▶ [Aim of the exercise]: In the records below, find the line that contains "f 164 163 201" and the line that contains "f 187 196 123". Set down exactly those lines and every line between them, and nothing more.

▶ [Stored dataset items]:
◇ ◇ ◇ ◇ ◇

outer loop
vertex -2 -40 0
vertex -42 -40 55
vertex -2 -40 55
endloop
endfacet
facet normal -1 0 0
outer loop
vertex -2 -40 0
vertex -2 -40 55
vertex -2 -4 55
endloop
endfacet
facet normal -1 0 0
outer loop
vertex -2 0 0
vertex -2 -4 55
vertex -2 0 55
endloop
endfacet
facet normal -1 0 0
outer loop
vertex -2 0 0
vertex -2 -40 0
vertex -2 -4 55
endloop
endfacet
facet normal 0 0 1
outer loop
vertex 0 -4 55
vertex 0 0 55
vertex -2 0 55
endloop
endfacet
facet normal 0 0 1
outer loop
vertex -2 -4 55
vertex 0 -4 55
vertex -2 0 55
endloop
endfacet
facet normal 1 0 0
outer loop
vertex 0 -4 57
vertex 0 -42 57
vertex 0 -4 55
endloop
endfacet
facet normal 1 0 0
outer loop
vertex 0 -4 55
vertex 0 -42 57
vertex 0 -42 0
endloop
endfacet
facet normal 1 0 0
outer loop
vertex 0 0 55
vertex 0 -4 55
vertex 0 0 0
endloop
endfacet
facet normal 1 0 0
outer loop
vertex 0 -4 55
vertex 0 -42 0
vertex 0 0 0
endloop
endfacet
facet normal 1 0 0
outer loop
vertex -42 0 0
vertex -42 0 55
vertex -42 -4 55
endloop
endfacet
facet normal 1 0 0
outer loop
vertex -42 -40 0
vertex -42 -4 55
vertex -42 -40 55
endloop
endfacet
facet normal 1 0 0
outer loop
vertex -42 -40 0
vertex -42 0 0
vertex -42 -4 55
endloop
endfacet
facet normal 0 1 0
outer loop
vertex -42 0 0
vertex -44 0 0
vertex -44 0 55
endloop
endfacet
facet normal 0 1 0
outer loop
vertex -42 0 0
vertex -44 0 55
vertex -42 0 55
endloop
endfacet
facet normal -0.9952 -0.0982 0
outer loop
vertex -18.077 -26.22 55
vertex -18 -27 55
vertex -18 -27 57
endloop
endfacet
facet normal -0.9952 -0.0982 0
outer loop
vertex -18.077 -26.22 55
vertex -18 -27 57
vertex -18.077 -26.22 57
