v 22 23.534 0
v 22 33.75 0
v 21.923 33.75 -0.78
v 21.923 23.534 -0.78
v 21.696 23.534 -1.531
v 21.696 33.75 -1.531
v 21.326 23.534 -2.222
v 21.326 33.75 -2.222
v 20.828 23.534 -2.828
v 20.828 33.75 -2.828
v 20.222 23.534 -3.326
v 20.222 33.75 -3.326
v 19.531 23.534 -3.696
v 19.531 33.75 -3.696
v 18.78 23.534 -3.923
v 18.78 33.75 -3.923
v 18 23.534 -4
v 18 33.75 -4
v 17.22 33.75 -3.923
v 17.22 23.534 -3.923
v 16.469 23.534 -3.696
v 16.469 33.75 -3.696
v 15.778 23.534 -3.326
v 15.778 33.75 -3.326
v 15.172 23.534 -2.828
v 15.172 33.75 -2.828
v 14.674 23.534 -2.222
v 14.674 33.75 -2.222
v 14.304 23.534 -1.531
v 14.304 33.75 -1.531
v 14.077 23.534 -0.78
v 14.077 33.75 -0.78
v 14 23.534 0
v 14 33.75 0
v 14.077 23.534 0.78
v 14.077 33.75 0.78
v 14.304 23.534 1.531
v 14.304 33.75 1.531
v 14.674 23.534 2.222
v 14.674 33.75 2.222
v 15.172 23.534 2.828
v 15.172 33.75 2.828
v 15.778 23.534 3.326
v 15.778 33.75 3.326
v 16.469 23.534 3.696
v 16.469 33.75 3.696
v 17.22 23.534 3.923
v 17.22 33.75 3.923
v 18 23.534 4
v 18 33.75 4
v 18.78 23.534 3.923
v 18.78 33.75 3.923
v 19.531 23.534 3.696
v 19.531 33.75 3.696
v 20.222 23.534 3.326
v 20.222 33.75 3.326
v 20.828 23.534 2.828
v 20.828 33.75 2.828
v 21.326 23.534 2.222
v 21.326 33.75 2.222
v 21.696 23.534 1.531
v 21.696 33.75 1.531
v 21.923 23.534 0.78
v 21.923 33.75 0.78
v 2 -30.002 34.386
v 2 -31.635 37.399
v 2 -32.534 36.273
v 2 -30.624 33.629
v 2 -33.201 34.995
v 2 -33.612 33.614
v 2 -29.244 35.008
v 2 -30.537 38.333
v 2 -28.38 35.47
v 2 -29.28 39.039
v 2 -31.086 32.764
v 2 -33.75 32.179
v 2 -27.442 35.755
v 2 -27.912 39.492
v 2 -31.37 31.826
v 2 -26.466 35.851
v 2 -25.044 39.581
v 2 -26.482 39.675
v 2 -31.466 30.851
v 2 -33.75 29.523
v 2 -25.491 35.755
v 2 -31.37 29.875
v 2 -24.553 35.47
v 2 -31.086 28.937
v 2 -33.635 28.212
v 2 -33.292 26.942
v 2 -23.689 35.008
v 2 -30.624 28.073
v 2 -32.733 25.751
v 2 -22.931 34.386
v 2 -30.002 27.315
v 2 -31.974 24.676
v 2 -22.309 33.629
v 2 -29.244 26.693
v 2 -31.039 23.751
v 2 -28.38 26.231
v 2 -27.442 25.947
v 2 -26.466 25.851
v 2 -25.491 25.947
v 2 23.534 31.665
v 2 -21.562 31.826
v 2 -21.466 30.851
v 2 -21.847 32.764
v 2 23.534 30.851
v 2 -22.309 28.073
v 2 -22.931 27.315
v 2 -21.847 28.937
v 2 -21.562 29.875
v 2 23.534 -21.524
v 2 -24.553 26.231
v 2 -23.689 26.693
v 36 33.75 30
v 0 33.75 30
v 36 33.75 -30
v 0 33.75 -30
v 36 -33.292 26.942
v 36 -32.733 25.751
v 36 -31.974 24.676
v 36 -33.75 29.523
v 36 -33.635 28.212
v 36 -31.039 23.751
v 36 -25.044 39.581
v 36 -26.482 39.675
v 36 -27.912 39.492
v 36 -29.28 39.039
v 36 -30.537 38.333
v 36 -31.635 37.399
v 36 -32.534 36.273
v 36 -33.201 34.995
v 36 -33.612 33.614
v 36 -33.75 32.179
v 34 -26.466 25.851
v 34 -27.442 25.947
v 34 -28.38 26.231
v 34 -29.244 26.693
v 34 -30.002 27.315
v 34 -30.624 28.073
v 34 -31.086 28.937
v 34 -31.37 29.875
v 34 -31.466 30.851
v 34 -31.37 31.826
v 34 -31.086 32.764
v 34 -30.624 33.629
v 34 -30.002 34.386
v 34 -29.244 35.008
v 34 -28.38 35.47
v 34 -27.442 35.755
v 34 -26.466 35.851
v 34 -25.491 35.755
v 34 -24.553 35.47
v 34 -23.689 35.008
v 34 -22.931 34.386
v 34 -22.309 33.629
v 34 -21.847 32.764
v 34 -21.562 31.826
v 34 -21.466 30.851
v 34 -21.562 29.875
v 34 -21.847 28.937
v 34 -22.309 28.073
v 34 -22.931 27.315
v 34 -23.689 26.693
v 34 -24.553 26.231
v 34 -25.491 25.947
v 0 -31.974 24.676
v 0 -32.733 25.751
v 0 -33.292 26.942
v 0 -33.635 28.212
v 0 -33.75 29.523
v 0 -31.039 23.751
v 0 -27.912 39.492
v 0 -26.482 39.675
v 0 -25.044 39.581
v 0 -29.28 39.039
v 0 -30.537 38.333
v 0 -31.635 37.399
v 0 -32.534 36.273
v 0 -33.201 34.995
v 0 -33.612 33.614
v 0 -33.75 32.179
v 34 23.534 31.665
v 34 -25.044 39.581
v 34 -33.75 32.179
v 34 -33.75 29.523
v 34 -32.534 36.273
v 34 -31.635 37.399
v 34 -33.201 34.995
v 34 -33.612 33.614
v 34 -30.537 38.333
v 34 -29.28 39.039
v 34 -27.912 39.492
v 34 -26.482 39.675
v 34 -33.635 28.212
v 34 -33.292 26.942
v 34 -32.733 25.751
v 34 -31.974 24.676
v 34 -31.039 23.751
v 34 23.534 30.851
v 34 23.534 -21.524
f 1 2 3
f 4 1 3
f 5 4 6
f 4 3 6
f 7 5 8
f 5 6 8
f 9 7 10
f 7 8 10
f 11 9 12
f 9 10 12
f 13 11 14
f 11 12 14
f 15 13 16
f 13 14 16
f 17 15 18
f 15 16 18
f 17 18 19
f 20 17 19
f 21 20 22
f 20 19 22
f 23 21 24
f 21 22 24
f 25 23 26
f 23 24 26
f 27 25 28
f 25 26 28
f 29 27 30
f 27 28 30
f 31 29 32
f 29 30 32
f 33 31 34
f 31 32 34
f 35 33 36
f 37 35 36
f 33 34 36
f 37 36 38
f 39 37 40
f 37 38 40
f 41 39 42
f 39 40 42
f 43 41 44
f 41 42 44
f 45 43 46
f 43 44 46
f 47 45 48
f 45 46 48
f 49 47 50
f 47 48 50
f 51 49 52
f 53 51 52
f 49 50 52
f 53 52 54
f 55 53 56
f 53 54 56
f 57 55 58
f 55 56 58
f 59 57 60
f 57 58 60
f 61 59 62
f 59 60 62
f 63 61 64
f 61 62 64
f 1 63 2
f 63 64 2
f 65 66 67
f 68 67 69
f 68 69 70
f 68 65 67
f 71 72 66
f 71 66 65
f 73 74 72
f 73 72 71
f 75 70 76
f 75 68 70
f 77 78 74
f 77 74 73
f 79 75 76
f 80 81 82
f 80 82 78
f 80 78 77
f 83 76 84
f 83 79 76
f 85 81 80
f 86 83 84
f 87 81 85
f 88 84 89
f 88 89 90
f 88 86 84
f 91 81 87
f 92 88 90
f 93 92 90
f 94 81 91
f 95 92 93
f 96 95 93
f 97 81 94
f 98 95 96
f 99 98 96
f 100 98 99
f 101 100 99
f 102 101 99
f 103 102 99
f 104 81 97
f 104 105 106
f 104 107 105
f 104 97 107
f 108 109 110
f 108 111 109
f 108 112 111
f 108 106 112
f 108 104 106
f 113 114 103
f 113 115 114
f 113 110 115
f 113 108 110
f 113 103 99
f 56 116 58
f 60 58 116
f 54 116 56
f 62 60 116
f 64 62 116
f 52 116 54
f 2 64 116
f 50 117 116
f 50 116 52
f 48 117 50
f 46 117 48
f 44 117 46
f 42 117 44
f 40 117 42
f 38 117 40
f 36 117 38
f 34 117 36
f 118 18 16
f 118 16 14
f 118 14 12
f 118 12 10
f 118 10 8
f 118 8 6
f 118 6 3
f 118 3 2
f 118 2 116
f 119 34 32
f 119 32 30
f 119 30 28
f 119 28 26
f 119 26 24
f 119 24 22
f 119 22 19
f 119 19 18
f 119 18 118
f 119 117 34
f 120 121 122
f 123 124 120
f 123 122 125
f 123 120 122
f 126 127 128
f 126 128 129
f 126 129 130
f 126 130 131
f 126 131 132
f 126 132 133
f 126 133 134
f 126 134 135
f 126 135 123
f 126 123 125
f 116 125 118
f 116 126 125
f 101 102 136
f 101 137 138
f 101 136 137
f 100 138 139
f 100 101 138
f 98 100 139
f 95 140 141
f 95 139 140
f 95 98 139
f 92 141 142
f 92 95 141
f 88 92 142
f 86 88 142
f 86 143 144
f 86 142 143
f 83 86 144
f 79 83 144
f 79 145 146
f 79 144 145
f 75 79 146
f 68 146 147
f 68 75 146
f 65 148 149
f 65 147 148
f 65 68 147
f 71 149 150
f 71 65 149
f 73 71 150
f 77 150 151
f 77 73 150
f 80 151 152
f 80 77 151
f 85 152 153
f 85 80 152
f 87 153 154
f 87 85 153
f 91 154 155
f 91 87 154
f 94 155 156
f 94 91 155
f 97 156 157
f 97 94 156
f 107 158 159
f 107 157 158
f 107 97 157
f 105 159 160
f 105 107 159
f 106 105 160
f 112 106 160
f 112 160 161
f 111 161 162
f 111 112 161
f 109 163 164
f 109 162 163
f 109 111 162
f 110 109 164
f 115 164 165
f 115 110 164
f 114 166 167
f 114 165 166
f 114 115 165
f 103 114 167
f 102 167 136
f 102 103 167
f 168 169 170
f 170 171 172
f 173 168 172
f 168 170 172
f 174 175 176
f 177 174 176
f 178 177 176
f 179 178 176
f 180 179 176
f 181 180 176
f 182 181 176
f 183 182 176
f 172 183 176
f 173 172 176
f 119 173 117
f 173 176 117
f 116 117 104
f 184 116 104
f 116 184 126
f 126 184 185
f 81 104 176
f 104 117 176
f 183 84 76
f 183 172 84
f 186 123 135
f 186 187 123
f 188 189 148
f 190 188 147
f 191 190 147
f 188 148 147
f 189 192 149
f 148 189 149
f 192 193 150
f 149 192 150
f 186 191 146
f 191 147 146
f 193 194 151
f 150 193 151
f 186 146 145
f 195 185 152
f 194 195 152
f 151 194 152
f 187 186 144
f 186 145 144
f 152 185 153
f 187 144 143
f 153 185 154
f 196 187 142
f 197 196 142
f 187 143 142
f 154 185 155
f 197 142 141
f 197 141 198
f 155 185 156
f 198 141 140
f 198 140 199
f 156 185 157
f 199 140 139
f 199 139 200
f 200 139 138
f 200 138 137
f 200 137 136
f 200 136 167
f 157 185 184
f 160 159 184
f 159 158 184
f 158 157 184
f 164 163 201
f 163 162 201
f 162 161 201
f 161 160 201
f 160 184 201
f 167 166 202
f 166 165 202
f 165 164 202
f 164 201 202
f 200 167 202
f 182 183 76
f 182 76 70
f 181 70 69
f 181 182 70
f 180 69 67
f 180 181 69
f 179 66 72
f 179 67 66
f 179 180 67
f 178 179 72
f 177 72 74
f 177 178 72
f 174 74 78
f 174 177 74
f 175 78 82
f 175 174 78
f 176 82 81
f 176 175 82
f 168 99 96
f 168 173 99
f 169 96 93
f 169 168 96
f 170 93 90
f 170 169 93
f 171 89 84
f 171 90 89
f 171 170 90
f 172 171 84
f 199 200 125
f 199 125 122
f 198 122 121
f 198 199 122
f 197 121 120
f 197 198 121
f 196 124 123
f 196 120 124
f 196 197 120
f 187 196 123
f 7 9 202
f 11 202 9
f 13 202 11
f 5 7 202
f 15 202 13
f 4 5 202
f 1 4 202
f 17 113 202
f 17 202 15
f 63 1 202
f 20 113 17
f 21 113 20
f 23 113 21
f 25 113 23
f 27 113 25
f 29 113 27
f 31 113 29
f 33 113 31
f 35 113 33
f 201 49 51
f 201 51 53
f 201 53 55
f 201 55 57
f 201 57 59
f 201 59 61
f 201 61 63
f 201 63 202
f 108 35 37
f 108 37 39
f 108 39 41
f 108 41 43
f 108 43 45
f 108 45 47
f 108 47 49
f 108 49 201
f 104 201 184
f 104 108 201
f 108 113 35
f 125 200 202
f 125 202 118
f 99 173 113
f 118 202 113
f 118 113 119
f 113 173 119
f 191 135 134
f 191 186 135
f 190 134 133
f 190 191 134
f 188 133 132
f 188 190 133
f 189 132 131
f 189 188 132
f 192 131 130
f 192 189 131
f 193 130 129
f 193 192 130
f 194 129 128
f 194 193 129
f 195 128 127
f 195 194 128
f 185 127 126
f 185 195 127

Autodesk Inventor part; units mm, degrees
ref_plane "YZ Plane" through (0, 0, 0) normal (1, 0, 0) x (0, 1, 0)
ref_plane "XZ Plane" through (0, 0, 0) normal (0, 1, 0) x (-1, 0, 0)
ref_plane "XY Plane" through (0, 0, 0) normal (0, 0, 1) x (1, 0, 0)
sketch "스케치1" plane through (0, 0, 0) normal (1, 0, 0) x (0, 1, 0)
  line L0 (-33.75, 41) -> (33.75, 41)
  line L1 (33.75, 41) -> (33.75, -41)
  line L2 (33.75, -41) -> (-33.75, -41)
  line L3 (-33.75, 29.5228) -> (-33.75, 32.1788)
  line L4 (-33.75, 41) -> (33.75, -41) construction
  line L5 (33.75, 41) -> (-33.75, -41) construction
  line L6 (33.75, 41) -> (33.75, 35)
  line L7 (33.75, 0) -> (33.75, 30)
  line L8 (33.75, 30) -> (-25.0437, 39.5812)
  line L9 (33.75, 0) -> (33.75, -30)
  line L10 (-31.0388, 23.7507) -> (33.75, -30)
  arc A0 (-33.75, 29.5228) -> (-31.0388, 23.7507) centre (-26.25, 29.5228) ccw
  arc A1 (-25.0437, 39.5812) -> (-33.75, 32.1788) centre (-26.25, 32.1788) ccw
  point P0 (0, 0)
  point P1 (-33.75, 26)
  dimension "d3" = 67.5
  dimension "d4" = 82
  dimension "d6" = 30
  dimension "d7" = 30
  dimension "d9" = 15
  dimension "d10" = 7.5
extrude "돌출1" add sketch "스케치1" along normal blind 36
ref_plane "작업 평면1" through (18, 0, 0) normal (1, 0, 0) x (0, 0, -1)
sketch "스케치2" plane through (18, 0, 0) normal (1, 0, 0) x (0, 0, -1)
  line L0 (-30, 33.75) -> (-39.5812, -25.0437) projected
  arc A0 (-39.5812, -25.0437) -> (-32.1788, -33.75) centre (-32.1788, -26.25) ccw projected
  line L1 (-32.1788, -33.75) -> (-29.5228, -33.75) projected
  arc A1 (-29.5228, -33.75) -> (-23.7507, -31.0388) centre (-29.5228, -26.25) ccw projected
  line L2 (-23.7507, -31.0388) -> (30, 33.75) projected
  line L3 (30, 33.75) -> (-30, 33.75) projected
  line L4 (30, 33.75) -> (-30, 33.75) projected
  line L5 (-30, 33.75) -> (-39.5812, -25.0437) projected
  circle A2 centre (-30.8508, -26.4664) radius 5
  line L6 (-30.8508, -26.4664) -> (-30.8508, 23.5336)
  line L7 (-30.8508, 23.5336) -> (21.5242, 23.5336)
  line L8 (-23.7507, -31.0388) -> (30, 33.75) projected
  line L9 (-30.8508, 23.5336) -> (-31.6649, 23.5336)
  point P0 (0, 0)
  dimension "d14" = 10
  dimension "d15" = 50
extrude "돌출2" cut sketch "스케치2" along normal blind 16 and the other way blind 16 contours L9 L7 L2 A1 L1 A0 L0
sketch "스케치3" plane through (0, 33.75, 30) normal (0, 1, 0) x (1, 0, 0)
  line L0 (0, 60) -> (0, 0) projected
  line L1 (0, 0) -> (36, 0) projected
  line L2 (36, 60) -> (36, 0) projected
  line L3 (0, 60) -> (36, 60) projected
  line L4 (18, 0) -> (18, 60)
  line L5 (0, 30) -> (36, 30)
  line L6 (36, 6.2493) -> (36, 60) projected
  circle A0 centre (18, 30) radius 4
  dimension "d20" = 8
extrude "돌출3" cut sketch "스케치3" against normal blind 16 contours A0 L4 L5 | L5 L4 A0 | A0 L5 L4 | L5 A0 L4
properties part number "Part_MetalLeg" material "스테인레스 스틸"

◇ ◇ ◇ ◇ ◇

▶ [Exercise answer]:
f 164 163 201
f 163 162 201
f 162 161 201
f 161 160 201
f 160 184 201
f 167 166 202
f 166 165 202
f 165 164 202
f 164 201 202
f 200 167 202
f 182 183 76
f 182 76 70
f 181 70 69
f 181 182 70
f 180 69 67
f 180 181 69
f 179 66 72
f 179 67 66
f 179 180 67
f 178 179 72
f 177 72 74
f 177 178 72
f 174 74 78
f 174 177 74
f 175 78 82
f 175 174 78
f 176 82 81
f 176 175 82
f 168 99 96
f 168 173 99
f 169 96 93
f 169 168 96
f 170 93 90
f 170 169 93
f 171 89 84
f 171 90 89
f 171 170 90
f 172 171 84
f 199 200 125
f 199 125 122
f 198 122 121
f 198 199 122
f 197 121 120
f 197 198 121
f 196 124 123
f 196 120 124
f 196 197 120
f 187 196 123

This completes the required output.